For each line in the data that includes "BuildPart", make a copy.
━━━━━━━━━━
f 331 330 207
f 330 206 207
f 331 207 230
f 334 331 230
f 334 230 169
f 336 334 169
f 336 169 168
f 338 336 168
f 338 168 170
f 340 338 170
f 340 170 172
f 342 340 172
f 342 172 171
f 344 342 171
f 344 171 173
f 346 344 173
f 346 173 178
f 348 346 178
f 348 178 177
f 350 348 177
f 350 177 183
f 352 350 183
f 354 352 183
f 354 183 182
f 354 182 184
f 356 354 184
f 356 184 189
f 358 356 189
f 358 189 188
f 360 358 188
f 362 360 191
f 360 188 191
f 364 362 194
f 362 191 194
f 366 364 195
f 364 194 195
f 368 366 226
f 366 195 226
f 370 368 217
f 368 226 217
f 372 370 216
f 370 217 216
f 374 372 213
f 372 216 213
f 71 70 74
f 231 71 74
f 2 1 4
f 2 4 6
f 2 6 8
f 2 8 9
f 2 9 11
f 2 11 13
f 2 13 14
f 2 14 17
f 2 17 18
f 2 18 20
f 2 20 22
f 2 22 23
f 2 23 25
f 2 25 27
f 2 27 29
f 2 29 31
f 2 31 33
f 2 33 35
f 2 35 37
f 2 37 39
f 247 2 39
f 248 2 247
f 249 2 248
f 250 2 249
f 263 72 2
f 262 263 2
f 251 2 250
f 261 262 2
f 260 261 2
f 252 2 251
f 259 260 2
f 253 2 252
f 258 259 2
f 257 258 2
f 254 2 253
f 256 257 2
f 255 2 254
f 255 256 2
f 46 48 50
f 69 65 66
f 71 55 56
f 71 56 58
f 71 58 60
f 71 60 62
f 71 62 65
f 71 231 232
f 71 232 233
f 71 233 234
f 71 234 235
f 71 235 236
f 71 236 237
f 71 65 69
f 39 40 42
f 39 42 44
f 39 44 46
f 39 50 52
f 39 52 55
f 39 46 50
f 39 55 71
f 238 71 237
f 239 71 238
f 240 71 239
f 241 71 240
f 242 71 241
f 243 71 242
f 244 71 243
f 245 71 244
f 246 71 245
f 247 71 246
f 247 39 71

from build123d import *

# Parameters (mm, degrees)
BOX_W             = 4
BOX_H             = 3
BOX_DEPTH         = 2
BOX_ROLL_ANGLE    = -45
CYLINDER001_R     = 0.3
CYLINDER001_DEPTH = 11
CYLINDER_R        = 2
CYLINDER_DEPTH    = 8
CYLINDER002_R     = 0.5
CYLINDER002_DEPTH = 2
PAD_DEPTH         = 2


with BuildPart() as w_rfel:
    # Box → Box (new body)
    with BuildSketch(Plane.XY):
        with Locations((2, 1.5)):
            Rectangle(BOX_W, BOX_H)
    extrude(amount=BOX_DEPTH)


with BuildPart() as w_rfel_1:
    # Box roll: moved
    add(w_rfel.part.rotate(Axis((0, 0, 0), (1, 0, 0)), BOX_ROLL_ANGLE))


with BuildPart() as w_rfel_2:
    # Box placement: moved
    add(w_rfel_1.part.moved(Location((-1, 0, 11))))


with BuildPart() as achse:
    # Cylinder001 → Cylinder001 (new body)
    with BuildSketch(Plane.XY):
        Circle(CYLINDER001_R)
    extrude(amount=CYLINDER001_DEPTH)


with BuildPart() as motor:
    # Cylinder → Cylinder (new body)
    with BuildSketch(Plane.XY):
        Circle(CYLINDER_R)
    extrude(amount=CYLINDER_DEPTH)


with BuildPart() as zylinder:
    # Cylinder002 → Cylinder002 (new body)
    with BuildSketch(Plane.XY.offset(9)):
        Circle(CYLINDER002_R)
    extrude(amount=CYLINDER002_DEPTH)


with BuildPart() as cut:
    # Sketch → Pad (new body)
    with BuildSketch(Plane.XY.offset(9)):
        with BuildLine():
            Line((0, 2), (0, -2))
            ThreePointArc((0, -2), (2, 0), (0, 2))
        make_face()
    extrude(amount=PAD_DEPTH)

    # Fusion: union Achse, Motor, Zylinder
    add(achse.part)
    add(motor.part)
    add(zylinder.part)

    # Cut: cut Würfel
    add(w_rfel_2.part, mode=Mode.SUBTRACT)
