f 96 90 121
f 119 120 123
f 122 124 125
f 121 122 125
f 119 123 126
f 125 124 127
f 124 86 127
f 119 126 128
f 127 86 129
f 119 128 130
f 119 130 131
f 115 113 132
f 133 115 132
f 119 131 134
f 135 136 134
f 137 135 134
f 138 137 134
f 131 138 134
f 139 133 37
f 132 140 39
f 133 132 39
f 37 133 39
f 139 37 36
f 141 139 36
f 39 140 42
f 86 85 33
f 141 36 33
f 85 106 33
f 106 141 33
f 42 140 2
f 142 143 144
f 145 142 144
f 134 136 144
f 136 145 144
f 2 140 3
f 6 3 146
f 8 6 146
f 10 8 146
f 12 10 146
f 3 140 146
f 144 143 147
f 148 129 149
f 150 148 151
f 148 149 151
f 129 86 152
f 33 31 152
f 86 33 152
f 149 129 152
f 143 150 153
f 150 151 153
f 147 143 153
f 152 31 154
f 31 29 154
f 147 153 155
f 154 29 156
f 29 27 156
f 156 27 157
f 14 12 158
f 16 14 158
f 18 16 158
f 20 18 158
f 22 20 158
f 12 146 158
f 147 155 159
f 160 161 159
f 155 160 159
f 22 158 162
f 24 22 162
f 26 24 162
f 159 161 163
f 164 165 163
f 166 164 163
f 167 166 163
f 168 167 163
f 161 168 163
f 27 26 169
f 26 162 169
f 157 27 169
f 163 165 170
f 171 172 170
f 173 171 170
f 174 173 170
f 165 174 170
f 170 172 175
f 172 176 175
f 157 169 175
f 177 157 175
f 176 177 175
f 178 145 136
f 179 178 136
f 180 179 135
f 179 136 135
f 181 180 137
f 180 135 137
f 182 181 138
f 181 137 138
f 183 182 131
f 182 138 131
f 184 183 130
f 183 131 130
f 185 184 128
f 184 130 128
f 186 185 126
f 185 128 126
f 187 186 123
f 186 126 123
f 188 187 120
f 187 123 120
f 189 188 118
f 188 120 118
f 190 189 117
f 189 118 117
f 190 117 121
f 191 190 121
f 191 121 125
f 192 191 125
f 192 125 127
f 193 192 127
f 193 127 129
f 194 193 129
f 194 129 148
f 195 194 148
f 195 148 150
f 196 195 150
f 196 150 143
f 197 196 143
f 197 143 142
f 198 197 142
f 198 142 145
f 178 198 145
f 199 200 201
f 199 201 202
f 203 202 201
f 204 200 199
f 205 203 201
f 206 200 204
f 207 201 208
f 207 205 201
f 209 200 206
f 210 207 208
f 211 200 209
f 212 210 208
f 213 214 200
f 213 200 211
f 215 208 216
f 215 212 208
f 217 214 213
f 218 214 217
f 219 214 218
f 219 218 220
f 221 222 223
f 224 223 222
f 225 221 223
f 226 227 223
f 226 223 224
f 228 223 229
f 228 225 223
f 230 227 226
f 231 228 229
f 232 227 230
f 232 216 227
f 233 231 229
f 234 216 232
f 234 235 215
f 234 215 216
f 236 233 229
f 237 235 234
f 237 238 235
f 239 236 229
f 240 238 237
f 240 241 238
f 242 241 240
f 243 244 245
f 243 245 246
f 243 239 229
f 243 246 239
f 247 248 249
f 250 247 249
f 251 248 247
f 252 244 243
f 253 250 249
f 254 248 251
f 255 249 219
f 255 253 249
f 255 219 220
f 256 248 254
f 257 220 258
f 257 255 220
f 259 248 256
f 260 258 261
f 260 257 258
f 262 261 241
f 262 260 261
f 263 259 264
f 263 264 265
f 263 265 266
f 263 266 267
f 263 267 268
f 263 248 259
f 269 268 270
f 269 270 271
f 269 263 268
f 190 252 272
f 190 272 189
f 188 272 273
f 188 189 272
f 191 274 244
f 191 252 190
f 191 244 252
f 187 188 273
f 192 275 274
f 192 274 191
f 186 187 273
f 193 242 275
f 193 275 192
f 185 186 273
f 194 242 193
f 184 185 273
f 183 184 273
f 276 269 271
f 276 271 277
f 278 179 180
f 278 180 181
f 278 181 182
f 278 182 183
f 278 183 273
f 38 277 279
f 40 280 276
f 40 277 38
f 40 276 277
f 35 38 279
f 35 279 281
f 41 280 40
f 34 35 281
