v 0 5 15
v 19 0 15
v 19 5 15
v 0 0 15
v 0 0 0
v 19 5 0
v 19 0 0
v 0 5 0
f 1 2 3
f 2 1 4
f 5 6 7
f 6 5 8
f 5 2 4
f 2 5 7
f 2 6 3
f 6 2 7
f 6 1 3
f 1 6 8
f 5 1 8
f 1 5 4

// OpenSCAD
// Generated by SolidPython 1.0.1 on 2020-07-29 00:46:56


cube(size = [19, 5, 15]);
/***********************************************
*********      SolidPython code:      **********
************************************************
 
# import packages: SolidPython
from solid import *
from solid.utils import *
from itertools import chain, combinations, permutations


class Resize:

    def __init__(self, scad_file):
        self.scad_file = scad_file
        #self.scad_file = import_scad(scad_file)
        # cone/cylinder param:
        self.r1 = 0
        self.r2 = 0
        self.h = 0
        # rectangular prism param:
        self.w = 0
        self.l = 0
        # ellipse param:
        self.r = 0

    # import OpenScad code (file name corresponds to shape)


    # classify shape + parameters
    def assign(self, param1, param2, param3):
        if self.scad_file == 'cone.scad':
            self.r1 = param1
            self.r2 = param2
            self.h = param3
        elif self.scad_file == 'cylinder.scad':
            self.r1 = param1
            self.r2 = param2
            self.h = param3
        elif self.scad_file == 'rectangularPrism.scad':
            self.h = param1
            self.l = param2
            self.w = param3
        else:
            self.r = param1
            self.h = param2

    # resize parameters
    def iterate(self):
        x = range(3, 20, 2)
        i = 1
        if self.scad_file == 'cone.scad':
            tempList = list(permutations(x, 2))
            for temp in tempList:
                param1 = temp[0]
                param2 = temp[1]
                filepath = 'produced_scad_files/' + 'cone' + str(param1) + '_' + str(param2) + '_' + '.scad'
                scad_render_to_file(cylinder(h=param1, r1=param2, r2=0), filepath)

        elif self.scad_file == 'cylinder.scad':
            tempList = list(permutations(x, 3))
            for temp in tempList:
                param1 = temp[0]
                param2 = temp[1]
                filepath = 'produced_scad_files/' + 'cylinder' + str(param1) + '_' + str(param2) + '_' + '.scad'
                scad_render_to_file(cylinder(h=param1, r1=param2, r2=param2), filepath)

        elif self.scad_file == 'rectangularPrism.scad':
            tempList = list(permutations(x, 3))
            for temp in tempList:
                param1 = temp[0]
                param2 = temp[1]
                param3 = temp[2]
                filepath = 'produced_scad_files/' + 'rectangularPrism' + str(param1) + '_' + str(param2) + '_' + str(
                    param3) + '.scad'
                scad_render_to_file(cube(size=(param1, param2, param3)), filepath)

        elif self.scad_file == 'ellipse.scad':
            tempList = list(permutations(x, 4))
            for temp in tempList:
                param1 = temp[0]
                param2 = temp[1]
                param3 = temp[2]
                param4 = temp[3]
                filepath = 'produced_scad_files/' + 'ellipse' + str(param1) + '_' + str(param2) + '_' + str(param3) + '_' + str(param4) + '.scad'
                scad_render_to_file(scale([param1, param2, param3])(sphere(r=param4)), filepath)

    def render_to_scadfile(self):
        scad_render_to_file(scad, 'example.scad') 
 
************************************************/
━━━━━━━━━━
• **TASK OUTPUT**
with BuildPart() as w_rfel:
with BuildPart() as w_rfel_1:
with BuildPart() as w_rfel_2:
with BuildPart() as achse:
with BuildPart() as motor:
with BuildPart() as zylinder:
with BuildPart() as cut:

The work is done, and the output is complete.